- [Exercise prompt] Word for word, reproduce each of the entries.
━━━━━━━━━━━━━━━━━━━━━━━━━━━━━━
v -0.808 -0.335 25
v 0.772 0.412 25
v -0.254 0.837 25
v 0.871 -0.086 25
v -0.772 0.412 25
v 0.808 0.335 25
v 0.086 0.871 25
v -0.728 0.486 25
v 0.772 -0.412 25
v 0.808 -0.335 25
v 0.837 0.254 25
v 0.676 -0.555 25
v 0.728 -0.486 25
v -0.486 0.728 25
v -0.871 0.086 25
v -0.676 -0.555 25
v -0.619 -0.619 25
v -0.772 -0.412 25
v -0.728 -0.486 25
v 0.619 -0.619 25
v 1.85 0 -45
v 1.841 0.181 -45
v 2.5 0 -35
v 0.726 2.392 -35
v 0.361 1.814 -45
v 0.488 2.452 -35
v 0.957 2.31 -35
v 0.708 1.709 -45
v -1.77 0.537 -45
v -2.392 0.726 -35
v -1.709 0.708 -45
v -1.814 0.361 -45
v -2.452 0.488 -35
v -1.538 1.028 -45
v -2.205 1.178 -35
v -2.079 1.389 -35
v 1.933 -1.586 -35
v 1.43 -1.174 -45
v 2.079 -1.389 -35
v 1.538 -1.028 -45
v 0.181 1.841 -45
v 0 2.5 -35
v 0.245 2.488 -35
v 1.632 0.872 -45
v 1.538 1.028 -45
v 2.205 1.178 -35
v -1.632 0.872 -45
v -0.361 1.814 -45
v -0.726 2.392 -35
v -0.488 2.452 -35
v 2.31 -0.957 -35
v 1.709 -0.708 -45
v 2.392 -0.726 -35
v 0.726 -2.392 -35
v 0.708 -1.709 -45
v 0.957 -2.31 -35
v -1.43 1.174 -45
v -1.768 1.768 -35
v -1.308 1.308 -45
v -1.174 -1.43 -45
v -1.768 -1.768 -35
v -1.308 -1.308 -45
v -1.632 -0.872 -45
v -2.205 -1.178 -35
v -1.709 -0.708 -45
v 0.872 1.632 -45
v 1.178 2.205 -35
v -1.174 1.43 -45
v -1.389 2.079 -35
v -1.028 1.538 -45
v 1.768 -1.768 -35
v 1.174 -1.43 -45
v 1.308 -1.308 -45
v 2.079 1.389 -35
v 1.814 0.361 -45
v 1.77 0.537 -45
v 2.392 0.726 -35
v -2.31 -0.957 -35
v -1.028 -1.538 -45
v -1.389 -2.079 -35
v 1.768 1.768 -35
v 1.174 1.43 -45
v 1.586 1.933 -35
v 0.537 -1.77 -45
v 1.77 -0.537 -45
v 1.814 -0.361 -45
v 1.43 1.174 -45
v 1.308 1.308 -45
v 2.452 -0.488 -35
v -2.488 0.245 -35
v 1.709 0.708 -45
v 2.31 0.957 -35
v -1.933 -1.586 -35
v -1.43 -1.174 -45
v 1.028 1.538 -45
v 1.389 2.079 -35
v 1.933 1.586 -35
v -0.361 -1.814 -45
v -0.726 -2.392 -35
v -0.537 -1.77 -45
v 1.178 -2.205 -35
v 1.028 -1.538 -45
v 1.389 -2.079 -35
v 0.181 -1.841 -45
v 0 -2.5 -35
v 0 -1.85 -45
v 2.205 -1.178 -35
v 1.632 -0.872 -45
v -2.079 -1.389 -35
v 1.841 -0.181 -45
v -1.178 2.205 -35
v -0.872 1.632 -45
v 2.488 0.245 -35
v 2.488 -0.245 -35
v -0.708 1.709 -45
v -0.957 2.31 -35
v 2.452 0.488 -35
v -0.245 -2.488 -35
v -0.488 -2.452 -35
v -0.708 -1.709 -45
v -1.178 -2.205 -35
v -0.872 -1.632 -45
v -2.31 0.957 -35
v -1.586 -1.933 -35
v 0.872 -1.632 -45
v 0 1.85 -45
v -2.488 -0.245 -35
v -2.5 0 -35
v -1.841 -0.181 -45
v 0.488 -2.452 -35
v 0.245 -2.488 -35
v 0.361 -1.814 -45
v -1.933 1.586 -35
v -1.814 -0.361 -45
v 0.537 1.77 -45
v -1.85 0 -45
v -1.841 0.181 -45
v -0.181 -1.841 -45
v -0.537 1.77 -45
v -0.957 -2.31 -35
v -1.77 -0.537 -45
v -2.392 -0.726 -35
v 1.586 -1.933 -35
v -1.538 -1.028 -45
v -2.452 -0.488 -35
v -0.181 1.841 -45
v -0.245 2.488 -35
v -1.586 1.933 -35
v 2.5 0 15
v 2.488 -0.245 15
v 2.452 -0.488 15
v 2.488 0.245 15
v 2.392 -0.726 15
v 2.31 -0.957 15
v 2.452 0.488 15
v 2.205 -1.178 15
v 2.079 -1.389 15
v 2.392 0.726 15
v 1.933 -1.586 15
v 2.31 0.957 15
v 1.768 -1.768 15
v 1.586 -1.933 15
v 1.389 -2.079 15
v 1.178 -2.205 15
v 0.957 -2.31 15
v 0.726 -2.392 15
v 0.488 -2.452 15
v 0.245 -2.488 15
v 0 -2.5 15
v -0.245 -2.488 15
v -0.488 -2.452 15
━━━━━━━━━━━━━━━━━━━━━━━━━━━━━━
- [Solution to this exercise]
v -0.808 -0.335 25
v 0.772 0.412 25
v -0.254 0.837 25
v 0.871 -0.086 25
v -0.772 0.412 25
v 0.808 0.335 25
v 0.086 0.871 25
v -0.728 0.486 25
v 0.772 -0.412 25
v 0.808 -0.335 25
v 0.837 0.254 25
v 0.676 -0.555 25
v 0.728 -0.486 25
v -0.486 0.728 25
v -0.871 0.086 25
v -0.676 -0.555 25
v -0.619 -0.619 25
v -0.772 -0.412 25
v -0.728 -0.486 25
v 0.619 -0.619 25
v 1.85 0 -45
v 1.841 0.181 -45
v 2.5 0 -35
v 0.726 2.392 -35
v 0.361 1.814 -45
v 0.488 2.452 -35
v 0.957 2.31 -35
v 0.708 1.709 -45
v -1.77 0.537 -45
v -2.392 0.726 -35
v -1.709 0.708 -45
v -1.814 0.361 -45
v -2.452 0.488 -35
v -1.538 1.028 -45
v -2.205 1.178 -35
v -2.079 1.389 -35
v 1.933 -1.586 -35
v 1.43 -1.174 -45
v 2.079 -1.389 -35
v 1.538 -1.028 -45
v 0.181 1.841 -45
v 0 2.5 -35
v 0.245 2.488 -35
v 1.632 0.872 -45
v 1.538 1.028 -45
v 2.205 1.178 -35
v -1.632 0.872 -45
v -0.361 1.814 -45
v -0.726 2.392 -35
v -0.488 2.452 -35
v 2.31 -0.957 -35
v 1.709 -0.708 -45
v 2.392 -0.726 -35
v 0.726 -2.392 -35
v 0.708 -1.709 -45
v 0.957 -2.31 -35
v -1.43 1.174 -45
v -1.768 1.768 -35
v -1.308 1.308 -45
v -1.174 -1.43 -45
v -1.768 -1.768 -35
v -1.308 -1.308 -45
v -1.632 -0.872 -45
v -2.205 -1.178 -35
v -1.709 -0.708 -45
v 0.872 1.632 -45
v 1.178 2.205 -35
v -1.174 1.43 -45
v -1.389 2.079 -35
v -1.028 1.538 -45
v 1.768 -1.768 -35
v 1.174 -1.43 -45
v 1.308 -1.308 -45
v 2.079 1.389 -35
v 1.814 0.361 -45
v 1.77 0.537 -45
v 2.392 0.726 -35
v -2.31 -0.957 -35
v -1.028 -1.538 -45
v -1.389 -2.079 -35
v 1.768 1.768 -35
v 1.174 1.43 -45
v 1.586 1.933 -35
v 0.537 -1.77 -45
v 1.77 -0.537 -45
v 1.814 -0.361 -45
v 1.43 1.174 -45
v 1.308 1.308 -45
v 2.452 -0.488 -35
v -2.488 0.245 -35
v 1.709 0.708 -45
v 2.31 0.957 -35
v -1.933 -1.586 -35
v -1.43 -1.174 -45
v 1.028 1.538 -45
v 1.389 2.079 -35
v 1.933 1.586 -35
v -0.361 -1.814 -45
v -0.726 -2.392 -35
v -0.537 -1.77 -45
v 1.178 -2.205 -35
v 1.028 -1.538 -45
v 1.389 -2.079 -35
v 0.181 -1.841 -45
v 0 -2.5 -35
v 0 -1.85 -45
v 2.205 -1.178 -35
v 1.632 -0.872 -45
v -2.079 -1.389 -35
v 1.841 -0.181 -45
v -1.178 2.205 -35
v -0.872 1.632 -45
v 2.488 0.245 -35
v 2.488 -0.245 -35
v -0.708 1.709 -45
v -0.957 2.31 -35
v 2.452 0.488 -35
v -0.245 -2.488 -35
v -0.488 -2.452 -35
v -0.708 -1.709 -45
v -1.178 -2.205 -35
v -0.872 -1.632 -45
v -2.31 0.957 -35
v -1.586 -1.933 -35
v 0.872 -1.632 -45
v 0 1.85 -45
v -2.488 -0.245 -35
v -2.5 0 -35
v -1.841 -0.181 -45
v 0.488 -2.452 -35
v 0.245 -2.488 -35
v 0.361 -1.814 -45
v -1.933 1.586 -35
v -1.814 -0.361 -45
v 0.537 1.77 -45
v -1.85 0 -45
v -1.841 0.181 -45
v -0.181 -1.841 -45
v -0.537 1.77 -45
v -0.957 -2.31 -35
v -1.77 -0.537 -45
v -2.392 -0.726 -35
v 1.586 -1.933 -35
v -1.538 -1.028 -45
v -2.452 -0.488 -35
v -0.181 1.841 -45
v -0.245 2.488 -35
v -1.586 1.933 -35
v 2.5 0 15
v 2.488 -0.245 15
v 2.452 -0.488 15
v 2.488 0.245 15
v 2.392 -0.726 15
v 2.31 -0.957 15
v 2.452 0.488 15
v 2.205 -1.178 15
v 2.079 -1.389 15
v 2.392 0.726 15
v 1.933 -1.586 15
v 2.31 0.957 15
v 1.768 -1.768 15
v 1.586 -1.933 15
v 1.389 -2.079 15
v 1.178 -2.205 15
v 0.957 -2.31 15
v 0.726 -2.392 15
v 0.488 -2.452 15
v 0.245 -2.488 15
v 0 -2.5 15
v -0.245 -2.488 15
v -0.488 -2.452 15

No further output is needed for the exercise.